Juan Manuel Lillo : « Ce vertige ne peut pas quitter le Chili »


Jorge Sampaoli connaît Juan Manuel Lillo sur recommandation de Guardiola. « Jorge est très attaché au jeu de position », avertit Lillo qui a apprécié le rendement de la Roja lors de la Copa América. « Les meilleures équipes du tournoi ont été le Chili et le Pérou », pense aussi l’entraîneur espagnol. A l’issue de la Copa América 2015, le quotidien chilien El Mercurio s’est entretenu dans l’édition du 9 juillet dernier avec Juan Manuel Lillo, un amoureux du jeu davantage connu pour être le mentor, le confident et l’ami de Pep Guardiola que pour ses qualités de technicien (capture originale de l’interview ci-dessous). Ainsi, ‘Juanma’ livre ses impressions sur le Chili et fait part des liens qu’il entretient avec le sélectionneur chilien.

« Je parle beaucoup avec Juan Manuel Lillo. Je pense que c’est un génie au niveau conceptuel. Chaque conversation avec ‘Juanma’ te pousse à la réflexion à propos de ce jeu. C’est un plaisir de l’écouter, et on apprend » a confessé Jorge Sampaoli au quotidien Marca, quelques heures après avoir remporté la Copa América. Ce à quoi, Lillo, à Madrid, où il réside, lui a répondu. « Je le remercie. Quand Jorge est allé à Munich, j’ai appris que Pep lui avait parlé de moi et qu’il avait ensuite souhaité que nous nous rencontrions en Espagne, mais à l’époque je collaborais avec le Deportivo Saprissa (en tant que conseiller du club, ndlr), au Costa Rica. C’est à partir de là que nous avons commencé à échanger sur le football, une alchimie est née et nous nous entraidons depuis.
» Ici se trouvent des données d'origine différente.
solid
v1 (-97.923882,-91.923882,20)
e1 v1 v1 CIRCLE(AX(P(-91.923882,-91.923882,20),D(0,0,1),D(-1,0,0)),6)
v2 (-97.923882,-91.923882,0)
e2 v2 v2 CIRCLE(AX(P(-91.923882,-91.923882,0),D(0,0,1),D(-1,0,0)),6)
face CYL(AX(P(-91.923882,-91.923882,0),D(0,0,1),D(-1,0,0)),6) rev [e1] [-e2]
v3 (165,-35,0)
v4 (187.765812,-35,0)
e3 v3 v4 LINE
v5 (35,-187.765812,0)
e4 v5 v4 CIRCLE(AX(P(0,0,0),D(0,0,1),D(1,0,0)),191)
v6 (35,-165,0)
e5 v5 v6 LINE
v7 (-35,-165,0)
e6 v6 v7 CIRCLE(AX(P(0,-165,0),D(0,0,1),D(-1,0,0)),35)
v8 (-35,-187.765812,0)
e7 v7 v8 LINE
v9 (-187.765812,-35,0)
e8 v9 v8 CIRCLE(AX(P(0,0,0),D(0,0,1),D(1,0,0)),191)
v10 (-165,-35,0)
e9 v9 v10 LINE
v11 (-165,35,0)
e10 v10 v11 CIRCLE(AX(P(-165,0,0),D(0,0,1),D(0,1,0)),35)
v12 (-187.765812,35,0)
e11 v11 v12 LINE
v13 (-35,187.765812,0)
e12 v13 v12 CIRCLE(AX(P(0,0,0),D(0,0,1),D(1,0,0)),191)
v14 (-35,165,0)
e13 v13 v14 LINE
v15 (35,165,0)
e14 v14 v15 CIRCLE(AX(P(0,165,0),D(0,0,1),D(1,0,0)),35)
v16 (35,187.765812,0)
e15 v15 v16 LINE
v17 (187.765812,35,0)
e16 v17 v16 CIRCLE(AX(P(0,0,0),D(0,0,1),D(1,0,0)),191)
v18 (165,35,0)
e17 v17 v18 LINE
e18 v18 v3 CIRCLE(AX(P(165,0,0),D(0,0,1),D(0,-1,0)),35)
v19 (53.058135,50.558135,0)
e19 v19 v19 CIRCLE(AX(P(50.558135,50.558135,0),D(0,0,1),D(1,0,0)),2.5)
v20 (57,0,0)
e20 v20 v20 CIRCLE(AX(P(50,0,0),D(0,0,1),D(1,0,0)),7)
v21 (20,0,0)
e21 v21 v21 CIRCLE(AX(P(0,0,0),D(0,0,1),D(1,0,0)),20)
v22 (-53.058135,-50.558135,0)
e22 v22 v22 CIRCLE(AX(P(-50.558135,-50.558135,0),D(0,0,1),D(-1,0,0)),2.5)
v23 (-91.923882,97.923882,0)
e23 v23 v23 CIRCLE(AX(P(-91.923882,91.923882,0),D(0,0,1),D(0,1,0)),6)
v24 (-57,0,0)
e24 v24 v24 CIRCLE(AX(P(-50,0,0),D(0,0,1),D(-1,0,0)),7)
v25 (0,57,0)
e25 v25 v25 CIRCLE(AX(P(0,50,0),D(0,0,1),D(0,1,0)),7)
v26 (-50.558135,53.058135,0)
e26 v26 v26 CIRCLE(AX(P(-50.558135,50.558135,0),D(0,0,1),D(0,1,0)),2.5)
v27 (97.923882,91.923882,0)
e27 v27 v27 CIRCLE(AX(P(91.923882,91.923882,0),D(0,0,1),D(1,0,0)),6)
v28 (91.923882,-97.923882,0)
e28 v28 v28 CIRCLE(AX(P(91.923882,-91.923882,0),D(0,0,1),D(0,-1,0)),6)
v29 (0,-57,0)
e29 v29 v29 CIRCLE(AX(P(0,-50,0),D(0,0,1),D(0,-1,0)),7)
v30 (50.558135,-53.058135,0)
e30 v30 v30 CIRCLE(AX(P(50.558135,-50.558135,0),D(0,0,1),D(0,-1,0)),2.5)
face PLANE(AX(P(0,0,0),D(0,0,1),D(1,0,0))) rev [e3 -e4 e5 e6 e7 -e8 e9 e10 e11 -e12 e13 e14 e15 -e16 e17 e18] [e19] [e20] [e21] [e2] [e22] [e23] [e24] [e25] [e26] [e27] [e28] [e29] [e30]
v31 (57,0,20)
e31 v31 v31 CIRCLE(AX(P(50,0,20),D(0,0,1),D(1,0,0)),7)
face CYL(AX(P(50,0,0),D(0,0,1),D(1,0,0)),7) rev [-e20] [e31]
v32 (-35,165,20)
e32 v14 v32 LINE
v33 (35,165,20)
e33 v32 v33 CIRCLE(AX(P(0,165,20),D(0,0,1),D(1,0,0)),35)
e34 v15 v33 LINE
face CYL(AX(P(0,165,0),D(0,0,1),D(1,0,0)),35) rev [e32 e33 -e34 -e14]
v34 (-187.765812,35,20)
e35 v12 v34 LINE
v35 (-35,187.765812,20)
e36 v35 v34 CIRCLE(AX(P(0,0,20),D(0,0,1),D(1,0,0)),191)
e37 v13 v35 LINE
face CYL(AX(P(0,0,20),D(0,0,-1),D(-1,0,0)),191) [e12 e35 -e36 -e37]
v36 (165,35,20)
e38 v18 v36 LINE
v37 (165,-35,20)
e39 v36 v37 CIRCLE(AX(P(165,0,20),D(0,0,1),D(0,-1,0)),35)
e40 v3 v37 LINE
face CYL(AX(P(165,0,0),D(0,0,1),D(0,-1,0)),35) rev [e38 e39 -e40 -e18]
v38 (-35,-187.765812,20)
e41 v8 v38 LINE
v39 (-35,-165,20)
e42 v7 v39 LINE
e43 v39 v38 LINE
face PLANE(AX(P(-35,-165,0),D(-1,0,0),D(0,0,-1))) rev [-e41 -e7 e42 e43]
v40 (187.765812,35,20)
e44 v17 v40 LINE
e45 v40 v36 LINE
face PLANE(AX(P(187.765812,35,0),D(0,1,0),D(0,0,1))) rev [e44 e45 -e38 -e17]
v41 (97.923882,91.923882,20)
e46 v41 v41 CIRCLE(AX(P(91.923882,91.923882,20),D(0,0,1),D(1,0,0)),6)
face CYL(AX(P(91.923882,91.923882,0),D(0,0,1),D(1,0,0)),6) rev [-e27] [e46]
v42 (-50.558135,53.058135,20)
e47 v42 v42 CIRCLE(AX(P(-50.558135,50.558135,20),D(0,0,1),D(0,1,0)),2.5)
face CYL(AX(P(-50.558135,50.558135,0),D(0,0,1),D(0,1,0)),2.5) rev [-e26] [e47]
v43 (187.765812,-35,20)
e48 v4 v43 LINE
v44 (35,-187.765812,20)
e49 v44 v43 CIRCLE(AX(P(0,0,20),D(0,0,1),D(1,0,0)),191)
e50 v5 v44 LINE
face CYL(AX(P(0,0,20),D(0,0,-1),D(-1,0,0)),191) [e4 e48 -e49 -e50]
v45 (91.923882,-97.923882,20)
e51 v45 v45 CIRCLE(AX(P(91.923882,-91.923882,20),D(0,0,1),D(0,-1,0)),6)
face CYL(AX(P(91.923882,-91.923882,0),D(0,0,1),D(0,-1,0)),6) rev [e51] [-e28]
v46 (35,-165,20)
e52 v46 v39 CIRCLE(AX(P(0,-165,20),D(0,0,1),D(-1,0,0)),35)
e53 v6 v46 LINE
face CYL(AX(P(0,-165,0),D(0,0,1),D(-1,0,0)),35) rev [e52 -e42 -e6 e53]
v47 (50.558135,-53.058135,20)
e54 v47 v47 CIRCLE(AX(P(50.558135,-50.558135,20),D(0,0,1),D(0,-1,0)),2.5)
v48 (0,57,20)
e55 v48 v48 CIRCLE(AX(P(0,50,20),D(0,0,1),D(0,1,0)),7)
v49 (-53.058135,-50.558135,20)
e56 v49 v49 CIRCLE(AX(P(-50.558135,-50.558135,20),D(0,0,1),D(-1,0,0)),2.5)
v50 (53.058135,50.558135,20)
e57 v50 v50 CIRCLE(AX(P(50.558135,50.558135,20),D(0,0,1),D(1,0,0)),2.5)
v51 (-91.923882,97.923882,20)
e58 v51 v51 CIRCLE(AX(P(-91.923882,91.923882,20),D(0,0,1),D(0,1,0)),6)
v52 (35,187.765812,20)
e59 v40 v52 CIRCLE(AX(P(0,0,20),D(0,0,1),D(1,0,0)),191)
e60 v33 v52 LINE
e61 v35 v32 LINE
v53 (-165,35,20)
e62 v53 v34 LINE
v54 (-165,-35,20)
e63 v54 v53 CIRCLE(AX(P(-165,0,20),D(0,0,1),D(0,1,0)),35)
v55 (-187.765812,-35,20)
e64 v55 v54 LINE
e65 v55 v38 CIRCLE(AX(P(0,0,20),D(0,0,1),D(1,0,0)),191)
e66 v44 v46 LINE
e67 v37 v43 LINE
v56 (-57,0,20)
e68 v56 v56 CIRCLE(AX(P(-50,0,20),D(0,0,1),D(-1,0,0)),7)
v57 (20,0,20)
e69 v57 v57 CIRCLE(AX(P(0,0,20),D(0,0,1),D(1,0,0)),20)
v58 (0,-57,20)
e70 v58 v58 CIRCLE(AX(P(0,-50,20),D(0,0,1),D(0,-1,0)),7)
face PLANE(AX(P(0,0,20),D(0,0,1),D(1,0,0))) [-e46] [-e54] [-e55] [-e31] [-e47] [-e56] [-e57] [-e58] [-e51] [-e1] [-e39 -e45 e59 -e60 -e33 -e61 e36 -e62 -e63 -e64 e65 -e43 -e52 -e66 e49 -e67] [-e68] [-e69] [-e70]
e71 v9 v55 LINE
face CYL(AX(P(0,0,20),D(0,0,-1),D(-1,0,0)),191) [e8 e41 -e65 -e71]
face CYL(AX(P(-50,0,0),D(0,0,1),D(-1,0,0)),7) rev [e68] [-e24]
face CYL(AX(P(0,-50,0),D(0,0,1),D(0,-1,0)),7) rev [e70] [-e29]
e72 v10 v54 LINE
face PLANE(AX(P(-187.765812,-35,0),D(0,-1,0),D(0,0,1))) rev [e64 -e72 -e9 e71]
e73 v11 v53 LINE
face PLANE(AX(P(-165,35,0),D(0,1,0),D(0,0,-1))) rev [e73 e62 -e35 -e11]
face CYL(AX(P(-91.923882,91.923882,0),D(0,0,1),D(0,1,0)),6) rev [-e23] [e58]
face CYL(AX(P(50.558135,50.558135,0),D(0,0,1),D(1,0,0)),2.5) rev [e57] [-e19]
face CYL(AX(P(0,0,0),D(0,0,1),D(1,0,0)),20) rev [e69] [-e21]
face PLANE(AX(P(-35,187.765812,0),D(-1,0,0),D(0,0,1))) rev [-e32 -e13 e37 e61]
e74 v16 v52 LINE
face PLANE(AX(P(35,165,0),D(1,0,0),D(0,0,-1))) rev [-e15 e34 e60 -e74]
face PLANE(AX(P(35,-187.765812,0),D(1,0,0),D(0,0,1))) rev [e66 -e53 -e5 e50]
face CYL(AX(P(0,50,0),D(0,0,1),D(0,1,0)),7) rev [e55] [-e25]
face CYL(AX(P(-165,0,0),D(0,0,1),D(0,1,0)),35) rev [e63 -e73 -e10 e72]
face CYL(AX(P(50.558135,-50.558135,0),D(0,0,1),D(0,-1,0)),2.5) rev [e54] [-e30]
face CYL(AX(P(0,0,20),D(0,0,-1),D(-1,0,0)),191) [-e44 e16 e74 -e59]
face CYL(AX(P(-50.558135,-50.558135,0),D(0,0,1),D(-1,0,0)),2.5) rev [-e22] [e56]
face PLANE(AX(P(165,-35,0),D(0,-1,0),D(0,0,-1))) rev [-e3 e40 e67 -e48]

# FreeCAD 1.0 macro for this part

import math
import FreeCAD as App
import Part
import Sketcher

V = App.Vector

doc = App.newDocument("Part")
body = doc.addObject("PartDesign::Body", "Body")

sketch1 = doc.addObject("Sketcher::SketchObject", "Sketch")
body.addObject(sketch1)
sketch1.AttachmentSupport = (doc.XY_Plane, [""])
sketch1.MapMode = "FlatFace"
sketch1.addGeometry(Part.Circle(V(0, 0, 0), V(0, 0, 1), 191), False)
sketch1.addConstraint(Sketcher.Constraint("Coincident", 0, 3, -1, 1))
sketch1.addConstraint(Sketcher.Constraint("Diameter", 0, 382.0))
pad1 = doc.addObject("PartDesign::Pad", "Pad")
body.addObject(pad1)
pad1.Profile = sketch1
pad1.Length = 20

sketch2 = doc.addObject("Sketcher::SketchObject", "Sketch001")
body.addObject(sketch2)
sketch2.AttachmentSupport = (doc.XY_Plane, [""])
sketch2.MapMode = "FlatFace"
sketch2.AttachmentOffset = App.Placement(V(0, 0, 20), App.Rotation())
sketch2.addGeometry(Part.Circle(V(0, 0, 0), V(0, 0, 1), 20), False)
sketch2.addConstraint(Sketcher.Constraint("Coincident", 0, 3, -1, 1))
sketch2.addConstraint(Sketcher.Constraint("Diameter", 0, 40.0))
pocket1 = doc.addObject("PartDesign::Pocket", "Pocket")
body.addObject(pocket1)
pocket1.Profile = sketch2
pocket1.Length = 20

sketch3 = doc.addObject("Sketcher::SketchObject", "Sketch002")
body.addObject(sketch3)
sketch3.AttachmentSupport = (doc.XY_Plane, [""])
sketch3.MapMode = "FlatFace"
sketch3.AttachmentOffset = App.Placement(V(0, 0, 20), App.Rotation())
sketch3.addGeometry(Part.Circle(V(50, 0, 0), V(0, 0, 1), 7), False)
sketch3.addConstraint(Sketcher.Constraint("PointOnObject", 0, 3, -1))
sketch3.addConstraint(Sketcher.Constraint("Diameter", 0, 14.0))
sketch3.addConstraint(Sketcher.Constraint("DistanceX", -1, 1, 0, 3, 50.0))
pocket2 = doc.addObject("PartDesign::Pocket", "Pocket001")
body.addObject(pocket2)
pocket2.Profile = sketch3
pocket2.Length = 20
doc.recompute()

polarpattern = doc.addObject("PartDesign::PolarPattern", "PolarPattern")
body.addObject(polarpattern)
polarpattern.Originals = [pocket2]
polarpattern.Axis = (doc.Z_Axis, [""])
polarpattern.Angle = 360
polarpattern.Occurrences = 4
body.Tip = polarpattern

sketch4 = doc.addObject("Sketcher::SketchObject", "Sketch003")
body.addObject(sketch4)
sketch4.AttachmentSupport = (doc.XY_Plane, [""])
sketch4.MapMode = "FlatFace"
sketch4.AttachmentOffset = App.Placement(V(0, 0, 20), App.Rotation())
sketch4.addGeometry(Part.Circle(V(91.9, 91.9, 0), V(0, 0, 1), 6), False)
sketch4.addGeometry(Part.Circle(V(50.6, 50.6, 0), V(0, 0, 1), 2.5), False)
sketch4.addConstraint(Sketcher.Constraint("Diameter", 0, 12.0))
sketch4.addConstraint(Sketcher.Constraint("Diameter", 1, 5.0))
sketch4.addConstraint(Sketcher.Constraint("DistanceX", -1, 1, 0, 3, 91.923882))
sketch4.addConstraint(Sketcher.Constraint("DistanceY", -1, 1, 0, 3, 91.923882))
sketch4.addConstraint(Sketcher.Constraint("DistanceX", -1, 1, 1, 3, 50.558135))
sketch4.addConstraint(Sketcher.Constraint("DistanceY", -1, 1, 1, 3, 50.558135))
pocket3 = doc.addObject("PartDesign::Pocket", "Pocket002")
body.addObject(pocket3)
pocket3.Profile = sketch4
pocket3.Length = 20
doc.recompute()

polarpattern2 = doc.addObject("PartDesign::PolarPattern", "PolarPattern001")
body.addObject(polarpattern2)
polarpattern2.Originals = [pocket3]
polarpattern2.Axis = (doc.Z_Axis, [""])
polarpattern2.Angle = 360
polarpattern2.Occurrences = 4
body.Tip = polarpattern2

sketch5 = doc.addObject("Sketcher::SketchObject", "Sketch004")
body.addObject(sketch5)
sketch5.AttachmentSupport = (doc.XY_Plane, [""])
sketch5.MapMode = "FlatFace"
sketch5.AttachmentOffset = App.Placement(V(0, 0, 20), App.Rotation())
sketch5.addGeometry(Part.LineSegment(V(-35, 188, 0), V(-35, 165, 0)), False)
sketch5.addGeometry(Part.ArcOfCircle(Part.Circle(V(0, 165, 0), V(0, 0, 1), 35), math.radians(180), math.radians(360)), False)
sketch5.addGeometry(Part.LineSegment(V(35, 165, 0), V(35, 188, 0)), False)
sketch5.addGeometry(Part.ArcOfCircle(Part.Circle(V(0, 0, 0), V(0, 0, 1), 191), math.radians(79), math.radians(101)), False)
sketch5.addConstraint(Sketcher.Constraint("Tangent", 0, 2, 1, 1))
sketch5.addConstraint(Sketcher.Constraint("Tangent", 1, 2, 2, 1))
sketch5.addConstraint(Sketcher.Constraint("Coincident", 2, 2, 3, 1))
sketch5.addConstraint(Sketcher.Constraint("Coincident", 3, 2, 0, 1))
sketch5.addConstraint(Sketcher.Constraint("Vertical", 0))
sketch5.addConstraint(Sketcher.Constraint("Vertical", 2))
sketch5.addConstraint(Sketcher.Constraint("Coincident", 3, 3, -1, 1))
sketch5.addConstraint(Sketcher.Constraint("PointOnObject", 1, 3, -2))
sketch5.addConstraint(Sketcher.Constraint("Radius", 1, 35.0))
sketch5.addConstraint(Sketcher.Constraint("Radius", 3, 191.0))
sketch5.addConstraint(Sketcher.Constraint("DistanceY", -1, 1, 1, 3, 165.0))
pocket4 = doc.addObject("PartDesign::Pocket", "Pocket003")
body.addObject(pocket4)
pocket4.Profile = sketch5
pocket4.Type = "ThroughAll"
doc.recompute()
Je ne le connais pas personnellement, mais nous partageons une fraternité par notre approche du jeu. »

CHILI CHAMPION ! 44

– De quoi avez-vous parlé ?

JM.L : « Nous avons eu des discussions sur les méthodes d’entraînements, notre expérience, sur quelques joueurs, mais je ne me permettrais pas de donner des conseils à quiconque », précise l’ancien coach de la Real Sociedad et des Millonarios de Bogota. « Il m’a appelé et c’est ainsi qu’à pris forme notre amitié. Sampaoli est très attaché à proposer du jeu de position, principe qui permet à ton équipe d’être dominante dans toutes les situations de jeu. Il est dans cette ligne. »

Lillo affirme qu’il a vu la Copa América dans son intégralité et qu’il prend désormais des notes sur la Gold Cup. « Le Chili joue coup pour coup, avec un rythme si élevé qu’il te fait jouer en sixième vitesse presque tout le match. Je sais comment se comporte une équipe de Jorge, elle a une intention collective avec et sans ballon. » Lillo établit aussi le parallèle entre le Chili de Sampaoli et celui de Marcelo Bielsa. « Le point de départ est de dominer l’adversaire en ayant le ballon, mais de ce Chili, je vois moins d’initiative individuelle même si celui de Marcelo ne se basait pas que sur du homme à homme (…). Aujourd’hui, le joueur chilien a un meilleur rapport avec la profondeur. Alexis fait des appels et génère des situations, Vargas également. »

– Sampaoli a essayé cette fois un modèle plus axé sur la possession qui a réduit par moment la vitesse du jeu. Une réussite, selon vous ?

« Les joueurs déterminent le style. Les qualités de Valdivia, Vidal, Aránguiz, Díaz, et de Pizarro s’il joue, donnent beaucoup de sens à la vitesse des joueurs qui les entourent. Dans l’entrejeu, il y a aussi des joueurs capables de se projeter pour exploiter l’espace. Il y a une conduite répétée : le joueur qui voit l’espace libre l’occupe ou le joueur qui dépasse la ligne du ballon continue de se projeter ; ce vertige ne peut pas le quitter. Quand les joueurs de l’entrejeu ont le ballon, la vitesse du jeu est moindre, mais c’est pour ensuite accélérer. La baisse de rythme donne un sens au rythme soutenu. Alexis et Isla se proposent jusqu’à dix fois par match dans l’espace par match. »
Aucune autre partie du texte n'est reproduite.